Ok, my son found a baby pigeon, fallen out of nest i assume. I'm not sure how old, but we decided to raise it. (There is'nt anyone who will take it here.) 
When I was younger i remember my dad and I taking care of some babies, but that was years ago. I need help. I know about feeding it, keeping it warm, housing, etc., but here are my concerns...

1) At what age do I change its feeding from baby food to adult food. It does have some feathers on its wings, developing them around its head and breast area and still has down on its back.

2) I am keeping it in a box with straw under a heating lamp. When should this little guy be moved to a larger cage and what type. My son built a cage for when its an adult, but I'm clueless on how and when they become independent.

Those are my two main concerns, I'm sure I will have more questions as the baby grows. It has definately adopted me as its mommy (so cute). But this mommy needs help.

Thank you to anyone who can help us out.


----------



## Reti (Jul 20, 2003)

Thank you and your son for caring for this sweet little pigeon.

From your desciption sounds like he is around 2 weeks old. So , he still has to be fed formula for a while. In about 10 days you can start putting seed our for him and see if he pecks at it. You can leave the seed in his cage, also water and see id he eats and drinks. At that time you can start reducing the formula to feeding twice a day and if he gets hungry he eventually will start eating the seeds. 

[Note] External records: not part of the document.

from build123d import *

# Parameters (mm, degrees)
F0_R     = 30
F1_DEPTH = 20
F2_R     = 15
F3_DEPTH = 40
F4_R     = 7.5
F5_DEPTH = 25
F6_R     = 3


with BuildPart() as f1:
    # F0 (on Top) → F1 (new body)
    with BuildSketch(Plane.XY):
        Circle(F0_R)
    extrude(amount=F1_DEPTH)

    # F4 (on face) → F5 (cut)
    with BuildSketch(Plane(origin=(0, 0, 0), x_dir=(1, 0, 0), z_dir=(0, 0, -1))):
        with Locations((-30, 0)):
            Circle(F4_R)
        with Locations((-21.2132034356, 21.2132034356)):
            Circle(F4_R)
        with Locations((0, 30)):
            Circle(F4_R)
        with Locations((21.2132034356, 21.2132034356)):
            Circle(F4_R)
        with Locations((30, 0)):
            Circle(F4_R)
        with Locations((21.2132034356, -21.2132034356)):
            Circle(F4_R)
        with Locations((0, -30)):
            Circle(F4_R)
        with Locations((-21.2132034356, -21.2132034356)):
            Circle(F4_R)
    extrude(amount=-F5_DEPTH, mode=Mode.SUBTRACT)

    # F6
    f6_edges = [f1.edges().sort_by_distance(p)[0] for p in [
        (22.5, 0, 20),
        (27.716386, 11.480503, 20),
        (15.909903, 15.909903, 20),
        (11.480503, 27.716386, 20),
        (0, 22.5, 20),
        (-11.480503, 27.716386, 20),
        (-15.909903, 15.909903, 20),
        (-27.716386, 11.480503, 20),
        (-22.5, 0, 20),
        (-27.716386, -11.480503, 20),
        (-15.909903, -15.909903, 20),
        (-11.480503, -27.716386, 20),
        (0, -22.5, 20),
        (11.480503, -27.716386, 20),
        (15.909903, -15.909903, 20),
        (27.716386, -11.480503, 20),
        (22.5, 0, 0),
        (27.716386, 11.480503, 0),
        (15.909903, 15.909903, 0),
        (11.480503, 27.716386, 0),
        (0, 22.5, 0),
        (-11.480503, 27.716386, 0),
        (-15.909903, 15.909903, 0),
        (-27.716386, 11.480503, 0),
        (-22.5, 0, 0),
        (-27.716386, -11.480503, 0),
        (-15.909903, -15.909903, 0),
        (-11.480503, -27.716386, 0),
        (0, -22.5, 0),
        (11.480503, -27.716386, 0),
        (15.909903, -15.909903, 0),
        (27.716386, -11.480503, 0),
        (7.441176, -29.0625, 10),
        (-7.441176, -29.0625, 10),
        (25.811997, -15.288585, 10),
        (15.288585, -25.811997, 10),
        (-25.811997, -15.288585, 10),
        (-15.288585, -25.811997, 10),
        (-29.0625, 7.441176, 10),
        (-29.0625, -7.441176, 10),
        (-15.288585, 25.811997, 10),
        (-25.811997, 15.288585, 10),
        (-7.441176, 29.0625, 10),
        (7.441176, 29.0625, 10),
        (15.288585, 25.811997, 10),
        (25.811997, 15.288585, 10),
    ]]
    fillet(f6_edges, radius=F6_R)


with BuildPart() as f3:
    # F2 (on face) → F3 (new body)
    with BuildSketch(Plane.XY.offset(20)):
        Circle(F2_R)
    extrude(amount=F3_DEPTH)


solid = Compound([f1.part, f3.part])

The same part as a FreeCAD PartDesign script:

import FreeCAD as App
import Part
import Sketcher


def edges_at(feature, points):
    """Names of the edges that pass closest to the given points."""
    edges = feature.Shape.Edges
    near = lambda p: min(range(len(edges)), key=lambda i: edges[i].distToShape(Part.Vertex(*p))[0])
    return sorted({f"Edge{near(p) + 1}" for p in points})

doc = App.newDocument("Part")
body = doc.addObject("PartDesign::Body", "Body")

sketch1 = doc.addObject("Sketcher::SketchObject", "Sketch")
body.addObject(sketch1)
sketch1.AttachmentSupport = (doc.XY_Plane, [""])
sketch1.MapMode = "FlatFace"
sketch1.addGeometry(Part.Circle(App.Vector(0, 0, 0), App.Vector(0, 0, 1), 30), False)
sketch1.addConstraint([
    Sketcher.Constraint("Coincident", 0, 3, -1, 1),
    Sketcher.Constraint("Diameter", 0, 60.0),
])
pad1 = doc.addObject("PartDesign::Pad", "Pad")
body.addObject(pad1)
pad1.Profile = sketch1
pad1.Length = 20

sketch2 = doc.addObject("Sketcher::SketchObject", "Sketch001")
body.addObject(sketch2)
sketch2.AttachmentSupport = (doc.XY_Plane, [""])
sketch2.MapMode = "FlatFace"
sketch2.addGeometry([
    Part.Circle(App.Vector(-30, 0, 0), App.Vector(0, 0, 1), 8),
    Part.Circle(App.Vector(-21, -21, 0), App.Vector(0, 0, 1), 8),
    Part.Circle(App.Vector(0, -30, 0), App.Vector(0, 0, 1), 8),
    Part.Circle(App.Vector(21, -21, 0), App.Vector(0, 0, 1), 8),
    Part.Circle(App.Vector(30, 0, 0), App.Vector(0, 0, 1), 8),
    Part.Circle(App.Vector(21, 21, 0), App.Vector(0, 0, 1), 8),
    Part.Circle(App.Vector(0, 30, 0), App.Vector(0, 0, 1), 8),
    Part.Circle(App.Vector(-21, 21, 0), App.Vector(0, 0, 1), 8),
], False)
sketch2.addConstraint([
    Sketcher.Constraint("Equal", 0, 1),
    Sketcher.Constraint("Equal", 1, 2),
    Sketcher.Constraint("Equal", 2, 3),
    Sketcher.Constraint("Equal", 3, 4),
    Sketcher.Constraint("Equal", 4, 5),
    Sketcher.Constraint("Equal", 5, 6),
    Sketcher.Constraint("Equal", 6, 7),
    Sketcher.Constraint("Symmetric", 0, 3, 4, 3, -1, 1),
    Sketcher.Constraint("Symmetric", 1, 3, 5, 3, -1, 1),
    Sketcher.Constraint("Symmetric", 2, 3, 6, 3, -1, 1),
    Sketcher.Constraint("Symmetric", 3, 3, 7, 3, -1, 1),
    Sketcher.Constraint("Symmetric", 1, 3, 3, 3, -2),
    Sketcher.Constraint("PointOnObject", 0, 3, -1),
    Sketcher.Constraint("PointOnObject", 2, 3, -2),
    Sketcher.Constraint("Diameter", 0, 15.0),
    Sketcher.Constraint("DistanceX", 0, 3, -1, 1, 30.0),
    Sketcher.Constraint("DistanceY", 2, 3, -1, 1, 30.0),
    Sketcher.Constraint("DistanceX", 1, 3, -1, 1, 21.213203),
    Sketcher.Constraint("DistanceY", 1, 3, -1, 1, 21.213203),
])
pocket1 = doc.addObject("PartDesign::Pocket", "Pocket")
body.addObject(pocket1)
pocket1.Profile = sketch2
pocket1.Length = 25
pocket1.Reversed = True
doc.recompute()

fillet = doc.addObject("PartDesign::Fillet", "Fillet")
body.addObject(fillet)
fillet.Base = (pocket1, edges_at(pocket1, [
    (22.5, 0, 20),
    (27.716, 11.481, 20),
    (15.91, 15.91, 20),
    (11.481, 27.716, 20),
    (0, 22.5, 20),
    (-11.481, 27.716, 20),
    (-15.91, 15.91, 20),
    (-27.716, 11.481, 20),
    (-22.5, 0, 20),
    (-27.716, -11.481, 20),
    (-15.91, -15.91, 20),
    (-11.481, -27.716, 20),
    (0, -22.5, 20),
    (11.481, -27.716, 20),
    (15.91, -15.91, 20),
    (27.716, -11.481, 20),
    (22.5, 0, 0),
    (27.716, 11.481, 0),
    (15.91, 15.91, 0),
    (11.481, 27.716, 0),
    (0, 22.5, 0),
    (-11.481, 27.716, 0),
    (-15.91, 15.91, 0),
    (-27.716, 11.481, 0),
    (-22.5, 0, 0),
    (-27.716, -11.481, 0),
    (-15.91, -15.91, 0),
    (-11.481, -27.716, 0),
    (0, -22.5, 0),
    (11.481, -27.716, 0),
    (15.91, -15.91, 0),
    (27.716, -11.481, 0),
    (7.441, -29.062, 10),
    (-7.441, -29.062, 10),
    (25.812, -15.289, 10),
    (15.289, -25.812, 10),
    (-25.812, -15.289, 10),
    (-15.289, -25.812, 10),
    (-29.062, 7.441, 10),
    (-29.062, -7.441, 10),
    (-15.289, 25.812, 10),
    (-25.812, 15.289, 10),
    (-7.441, 29.062, 10),
    (7.441, 29.062, 10),
    (15.289, 25.812, 10),
    (25.812, 15.289, 10),
]))
fillet.Radius = 3
body2 = doc.addObject("PartDesign::Body", "Body001")

sketch3 = doc.addObject("Sketcher::SketchObject", "Sketch002")
body2.addObject(sketch3)
sketch3.AttachmentSupport = (doc.getObject("XY_Plane001"), [""])
sketch3.MapMode = "FlatFace"
sketch3.AttachmentOffset = App.Placement(App.Vector(0, 0, 20), App.Rotation())
sketch3.addGeometry(Part.Circle(App.Vector(0, 0, 0), App.Vector(0, 0, 1), 15), False)
sketch3.addConstraint([
    Sketcher.Constraint("Coincident", 0, 3, -1, 1),
    Sketcher.Constraint("Diameter", 0, 30.0),
])
pad2 = doc.addObject("PartDesign::Pad", "Pad001")
body2.addObject(pad2)
pad2.Profile = sketch3
pad2.Length = 40

doc.recompute()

As for the cage, he can be moved even now. Just make sure he has a nest to sit in his cage and he is warm. You can cover the cage to prevent any drafts . One side of the cage can be open so he has enough fresh air. 
I am not sure the straw is a good nesting material. I prefer a towel and paper towels which I can replace easily when soiled.

In about 10 days he should be starting to exercise his wings. He will need some time out of his cage. At about 5 weeks of age he should be start flying. 
The cage should be large enough so he can stretch his wings. A wide cage is prefered rather than a tall one.

Pigeon make great pets. At the age you adopted him, or he adopted you, he most likely will be tame and human friendly and unrelesable.

Please keep us update on how your sweet pigie is doing and feel free to post any questions and concerns you might have.

Reti


----------



## Feefo (Feb 8, 2002)

Hello,

You will have lots of fun raising this baby! I have bumped up a post titled "2 Hatchlings" in Pigeons & People > General Discussions, that will probably cover all you need to know and more! 

But a word of warning, straw is not suitable bedding for the baby. It will poop, the straw will get damp and it can produce spores or fungus (I forget which) that are very harmful for pigeons.

A face cloth is a good alternative as it is soft and has grip for the baby's feet.

Cynthia


----------



## John_D (Jan 24, 2002)

Hi,

If you take look at a thread "Companion Toys for Single Pet Pigeons " in pigeons and people...pet pigeons.. section, there is an online birthday card witha pic of a baby. That one was 11 days old at the time. So, maybe it'll help with judging the baby's age (e.g., how much more feathering yours has)


JOhn


----------